(INPUT FOR THIS TASK)
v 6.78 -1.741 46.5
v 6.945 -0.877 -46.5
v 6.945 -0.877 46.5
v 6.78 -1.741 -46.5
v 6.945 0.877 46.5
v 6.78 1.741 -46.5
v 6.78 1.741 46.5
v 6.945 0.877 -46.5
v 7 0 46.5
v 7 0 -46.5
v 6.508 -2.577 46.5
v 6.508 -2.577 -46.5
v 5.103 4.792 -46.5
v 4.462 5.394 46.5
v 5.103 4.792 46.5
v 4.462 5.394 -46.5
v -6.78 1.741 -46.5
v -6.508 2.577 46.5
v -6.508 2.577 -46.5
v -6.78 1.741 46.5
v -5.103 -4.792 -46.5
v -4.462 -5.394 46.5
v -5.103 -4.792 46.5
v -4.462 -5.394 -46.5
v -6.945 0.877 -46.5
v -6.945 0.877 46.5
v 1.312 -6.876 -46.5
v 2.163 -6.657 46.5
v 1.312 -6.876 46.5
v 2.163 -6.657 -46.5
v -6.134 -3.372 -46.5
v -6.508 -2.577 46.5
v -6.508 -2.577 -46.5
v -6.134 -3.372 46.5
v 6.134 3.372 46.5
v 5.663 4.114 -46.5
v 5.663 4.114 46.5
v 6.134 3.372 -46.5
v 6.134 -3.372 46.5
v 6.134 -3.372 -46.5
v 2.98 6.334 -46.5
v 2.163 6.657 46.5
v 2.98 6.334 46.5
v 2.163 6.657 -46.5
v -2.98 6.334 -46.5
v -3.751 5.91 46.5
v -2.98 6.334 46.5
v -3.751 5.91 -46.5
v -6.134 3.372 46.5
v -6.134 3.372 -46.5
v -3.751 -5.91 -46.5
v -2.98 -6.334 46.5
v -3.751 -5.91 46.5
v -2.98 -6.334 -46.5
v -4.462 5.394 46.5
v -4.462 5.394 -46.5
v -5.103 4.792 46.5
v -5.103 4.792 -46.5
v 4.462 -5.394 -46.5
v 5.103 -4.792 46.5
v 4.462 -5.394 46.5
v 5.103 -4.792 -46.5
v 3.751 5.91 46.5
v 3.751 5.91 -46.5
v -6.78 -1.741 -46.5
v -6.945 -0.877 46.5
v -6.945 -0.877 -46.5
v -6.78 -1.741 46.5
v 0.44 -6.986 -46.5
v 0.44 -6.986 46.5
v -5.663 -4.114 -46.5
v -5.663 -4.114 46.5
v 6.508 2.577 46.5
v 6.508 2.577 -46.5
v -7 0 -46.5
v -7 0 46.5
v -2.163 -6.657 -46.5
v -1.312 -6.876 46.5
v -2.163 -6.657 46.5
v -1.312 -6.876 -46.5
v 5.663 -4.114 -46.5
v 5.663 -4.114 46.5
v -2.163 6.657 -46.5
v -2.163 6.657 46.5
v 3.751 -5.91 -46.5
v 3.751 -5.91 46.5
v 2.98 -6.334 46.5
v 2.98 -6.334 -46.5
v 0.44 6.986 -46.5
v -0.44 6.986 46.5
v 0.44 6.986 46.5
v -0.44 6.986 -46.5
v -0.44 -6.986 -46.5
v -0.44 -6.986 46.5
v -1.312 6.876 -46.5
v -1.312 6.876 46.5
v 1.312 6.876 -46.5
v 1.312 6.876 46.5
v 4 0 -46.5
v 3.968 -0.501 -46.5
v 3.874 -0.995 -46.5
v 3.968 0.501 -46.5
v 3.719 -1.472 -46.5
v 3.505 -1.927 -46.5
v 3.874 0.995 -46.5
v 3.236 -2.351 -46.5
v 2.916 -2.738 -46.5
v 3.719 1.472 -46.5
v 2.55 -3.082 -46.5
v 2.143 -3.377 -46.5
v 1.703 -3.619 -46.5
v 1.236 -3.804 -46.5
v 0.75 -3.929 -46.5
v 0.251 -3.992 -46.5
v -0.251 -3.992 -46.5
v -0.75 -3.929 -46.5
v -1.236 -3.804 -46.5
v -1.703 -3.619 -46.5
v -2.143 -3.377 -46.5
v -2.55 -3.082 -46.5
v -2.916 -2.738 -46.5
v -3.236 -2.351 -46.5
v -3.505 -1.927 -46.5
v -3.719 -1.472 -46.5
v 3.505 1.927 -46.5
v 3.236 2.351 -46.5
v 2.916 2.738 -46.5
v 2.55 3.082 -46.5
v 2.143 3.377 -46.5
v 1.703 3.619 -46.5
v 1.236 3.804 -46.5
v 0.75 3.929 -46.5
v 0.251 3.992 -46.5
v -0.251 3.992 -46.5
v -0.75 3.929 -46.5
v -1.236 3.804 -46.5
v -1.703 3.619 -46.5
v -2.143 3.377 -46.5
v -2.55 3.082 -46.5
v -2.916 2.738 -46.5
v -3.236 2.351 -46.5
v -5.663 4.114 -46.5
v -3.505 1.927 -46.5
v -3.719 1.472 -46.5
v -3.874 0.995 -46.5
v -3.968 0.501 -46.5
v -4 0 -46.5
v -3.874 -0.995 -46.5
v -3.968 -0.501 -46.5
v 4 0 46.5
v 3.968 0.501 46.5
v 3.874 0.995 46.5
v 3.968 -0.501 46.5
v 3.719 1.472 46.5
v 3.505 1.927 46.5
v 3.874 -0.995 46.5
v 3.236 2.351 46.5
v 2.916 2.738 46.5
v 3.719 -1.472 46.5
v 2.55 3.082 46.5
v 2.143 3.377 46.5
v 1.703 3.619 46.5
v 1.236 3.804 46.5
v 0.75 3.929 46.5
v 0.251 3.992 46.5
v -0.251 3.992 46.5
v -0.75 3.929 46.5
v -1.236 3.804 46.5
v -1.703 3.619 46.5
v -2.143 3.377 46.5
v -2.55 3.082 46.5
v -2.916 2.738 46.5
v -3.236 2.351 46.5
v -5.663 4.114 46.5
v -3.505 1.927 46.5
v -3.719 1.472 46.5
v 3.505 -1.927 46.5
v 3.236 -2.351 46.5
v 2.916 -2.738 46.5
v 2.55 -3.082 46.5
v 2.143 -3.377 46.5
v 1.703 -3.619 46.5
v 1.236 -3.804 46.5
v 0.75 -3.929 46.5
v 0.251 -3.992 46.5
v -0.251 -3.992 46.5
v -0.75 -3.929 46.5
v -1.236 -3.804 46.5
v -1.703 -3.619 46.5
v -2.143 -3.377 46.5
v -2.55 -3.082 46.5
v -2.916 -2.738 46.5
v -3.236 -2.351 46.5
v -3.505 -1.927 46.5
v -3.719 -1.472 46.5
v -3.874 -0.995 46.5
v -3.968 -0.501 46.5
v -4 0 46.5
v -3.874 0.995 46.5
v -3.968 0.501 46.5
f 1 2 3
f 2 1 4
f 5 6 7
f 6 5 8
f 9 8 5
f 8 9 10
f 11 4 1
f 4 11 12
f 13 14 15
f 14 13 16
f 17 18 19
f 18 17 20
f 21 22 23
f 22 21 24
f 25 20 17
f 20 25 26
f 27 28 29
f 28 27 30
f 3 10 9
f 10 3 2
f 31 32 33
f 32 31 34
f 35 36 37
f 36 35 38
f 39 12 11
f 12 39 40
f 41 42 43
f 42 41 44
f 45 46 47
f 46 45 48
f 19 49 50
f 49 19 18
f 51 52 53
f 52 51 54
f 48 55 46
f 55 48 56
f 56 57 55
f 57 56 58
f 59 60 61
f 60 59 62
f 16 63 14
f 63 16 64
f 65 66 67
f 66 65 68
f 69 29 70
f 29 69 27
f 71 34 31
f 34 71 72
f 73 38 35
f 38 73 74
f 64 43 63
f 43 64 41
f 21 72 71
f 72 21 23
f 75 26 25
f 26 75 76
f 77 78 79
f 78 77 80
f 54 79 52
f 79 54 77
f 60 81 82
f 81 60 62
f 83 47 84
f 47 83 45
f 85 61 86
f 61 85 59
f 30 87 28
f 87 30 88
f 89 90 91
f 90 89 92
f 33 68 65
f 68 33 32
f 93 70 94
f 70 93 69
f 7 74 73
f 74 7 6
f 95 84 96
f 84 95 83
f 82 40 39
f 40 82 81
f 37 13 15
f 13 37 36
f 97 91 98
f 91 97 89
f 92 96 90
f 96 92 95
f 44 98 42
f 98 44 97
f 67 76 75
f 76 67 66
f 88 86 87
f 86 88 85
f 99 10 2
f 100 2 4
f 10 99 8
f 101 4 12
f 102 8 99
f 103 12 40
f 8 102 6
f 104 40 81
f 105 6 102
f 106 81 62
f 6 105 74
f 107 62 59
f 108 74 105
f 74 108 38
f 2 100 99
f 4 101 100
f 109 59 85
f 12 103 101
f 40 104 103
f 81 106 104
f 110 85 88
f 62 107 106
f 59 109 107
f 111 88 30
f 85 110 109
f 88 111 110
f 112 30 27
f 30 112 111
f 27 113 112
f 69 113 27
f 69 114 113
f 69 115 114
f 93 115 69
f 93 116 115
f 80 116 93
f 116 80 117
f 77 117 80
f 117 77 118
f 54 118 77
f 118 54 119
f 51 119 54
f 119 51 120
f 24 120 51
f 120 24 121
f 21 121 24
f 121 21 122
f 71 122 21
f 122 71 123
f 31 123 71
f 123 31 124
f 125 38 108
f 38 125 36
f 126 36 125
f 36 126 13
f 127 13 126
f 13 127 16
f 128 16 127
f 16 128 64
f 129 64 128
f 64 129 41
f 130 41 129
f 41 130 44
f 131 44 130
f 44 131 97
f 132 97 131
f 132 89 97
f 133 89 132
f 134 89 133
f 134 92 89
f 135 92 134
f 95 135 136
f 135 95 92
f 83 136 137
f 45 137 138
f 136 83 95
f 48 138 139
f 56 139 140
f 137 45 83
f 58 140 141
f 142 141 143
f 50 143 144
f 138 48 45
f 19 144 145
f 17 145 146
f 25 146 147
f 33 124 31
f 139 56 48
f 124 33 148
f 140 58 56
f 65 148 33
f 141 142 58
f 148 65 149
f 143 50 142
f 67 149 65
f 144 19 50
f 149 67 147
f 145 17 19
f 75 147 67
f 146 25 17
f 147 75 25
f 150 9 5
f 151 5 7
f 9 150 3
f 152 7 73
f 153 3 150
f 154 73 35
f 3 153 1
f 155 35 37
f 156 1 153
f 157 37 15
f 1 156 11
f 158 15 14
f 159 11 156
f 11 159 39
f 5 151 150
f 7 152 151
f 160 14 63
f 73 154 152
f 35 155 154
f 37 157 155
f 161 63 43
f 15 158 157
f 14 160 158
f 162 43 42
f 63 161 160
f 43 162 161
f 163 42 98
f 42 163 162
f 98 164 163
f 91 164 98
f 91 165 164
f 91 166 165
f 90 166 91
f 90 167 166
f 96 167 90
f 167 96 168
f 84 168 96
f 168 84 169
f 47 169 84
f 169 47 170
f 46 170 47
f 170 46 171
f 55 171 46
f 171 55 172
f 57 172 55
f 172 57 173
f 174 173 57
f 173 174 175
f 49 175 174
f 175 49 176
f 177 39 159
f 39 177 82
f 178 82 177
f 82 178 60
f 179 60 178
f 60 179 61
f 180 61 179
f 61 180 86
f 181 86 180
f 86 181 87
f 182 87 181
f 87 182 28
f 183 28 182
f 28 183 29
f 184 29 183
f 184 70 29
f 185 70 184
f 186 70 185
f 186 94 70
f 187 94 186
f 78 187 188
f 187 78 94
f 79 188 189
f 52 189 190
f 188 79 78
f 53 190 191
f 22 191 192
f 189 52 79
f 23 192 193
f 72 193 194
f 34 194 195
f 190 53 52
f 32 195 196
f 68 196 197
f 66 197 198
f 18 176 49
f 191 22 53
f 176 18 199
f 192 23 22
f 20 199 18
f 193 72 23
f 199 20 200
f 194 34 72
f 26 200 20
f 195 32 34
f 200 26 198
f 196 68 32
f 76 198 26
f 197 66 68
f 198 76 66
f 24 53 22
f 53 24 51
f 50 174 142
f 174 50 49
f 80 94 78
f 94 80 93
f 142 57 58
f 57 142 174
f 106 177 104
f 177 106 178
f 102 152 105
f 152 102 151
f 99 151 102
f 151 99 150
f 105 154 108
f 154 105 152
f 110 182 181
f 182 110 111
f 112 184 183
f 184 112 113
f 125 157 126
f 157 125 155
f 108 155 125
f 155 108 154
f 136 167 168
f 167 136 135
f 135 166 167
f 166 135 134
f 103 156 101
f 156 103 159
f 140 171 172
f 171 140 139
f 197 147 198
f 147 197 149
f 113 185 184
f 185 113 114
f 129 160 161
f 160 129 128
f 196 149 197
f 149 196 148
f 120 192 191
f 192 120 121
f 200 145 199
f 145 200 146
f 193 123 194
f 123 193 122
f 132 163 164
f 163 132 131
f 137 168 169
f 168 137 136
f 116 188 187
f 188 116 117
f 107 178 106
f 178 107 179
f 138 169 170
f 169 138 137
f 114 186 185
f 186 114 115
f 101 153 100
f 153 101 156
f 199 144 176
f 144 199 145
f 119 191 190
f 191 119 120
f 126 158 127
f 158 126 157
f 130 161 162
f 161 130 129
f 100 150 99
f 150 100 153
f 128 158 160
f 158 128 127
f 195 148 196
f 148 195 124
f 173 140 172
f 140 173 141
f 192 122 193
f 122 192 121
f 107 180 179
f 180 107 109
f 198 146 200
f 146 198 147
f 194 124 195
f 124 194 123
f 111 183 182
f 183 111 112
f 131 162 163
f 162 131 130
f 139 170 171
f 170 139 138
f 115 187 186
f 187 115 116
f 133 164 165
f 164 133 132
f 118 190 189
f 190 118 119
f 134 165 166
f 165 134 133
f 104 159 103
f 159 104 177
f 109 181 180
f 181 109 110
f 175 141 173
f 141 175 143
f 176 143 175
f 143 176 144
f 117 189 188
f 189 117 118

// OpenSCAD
$fn = 50;


difference() {
	union() {
		translate(v = [0, 0, -46.5000000000]) {
			cylinder(h = 93, r = 7.0000000000);
		}
	}
	union() {
		translate(v = [0, 0, -100.0000000000]) {
			cylinder(h = 200, r = 4.0000000000);
		}
	}
}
(End INPUT FOR THIS TASK)
(WHAT YOU NEED TO DO): Reproduce exactly the entries above, limited to the lines from the one with "f 144 19 50" through the one with "f 175 49 176", both included.

(EXERCISE RESULT):
f 144 19 50
f 149 67 147
f 145 17 19
f 75 147 67
f 146 25 17
f 147 75 25
f 150 9 5
f 151 5 7
f 9 150 3
f 152 7 73
f 153 3 150
f 154 73 35
f 3 153 1
f 155 35 37
f 156 1 153
f 157 37 15
f 1 156 11
f 158 15 14
f 159 11 156
f 11 159 39
f 5 151 150
f 7 152 151
f 160 14 63
f 73 154 152
f 35 155 154
f 37 157 155
f 161 63 43
f 15 158 157
f 14 160 158
f 162 43 42
f 63 161 160
f 43 162 161
f 163 42 98
f 42 163 162
f 98 164 163
f 91 164 98
f 91 165 164
f 91 166 165
f 90 166 91
f 90 167 166
f 96 167 90
f 167 96 168
f 84 168 96
f 168 84 169
f 47 169 84
f 169 47 170
f 46 170 47
f 170 46 171
f 55 171 46
f 171 55 172
f 57 172 55
f 172 57 173
f 174 173 57
f 173 174 175
f 49 175 174
f 175 49 176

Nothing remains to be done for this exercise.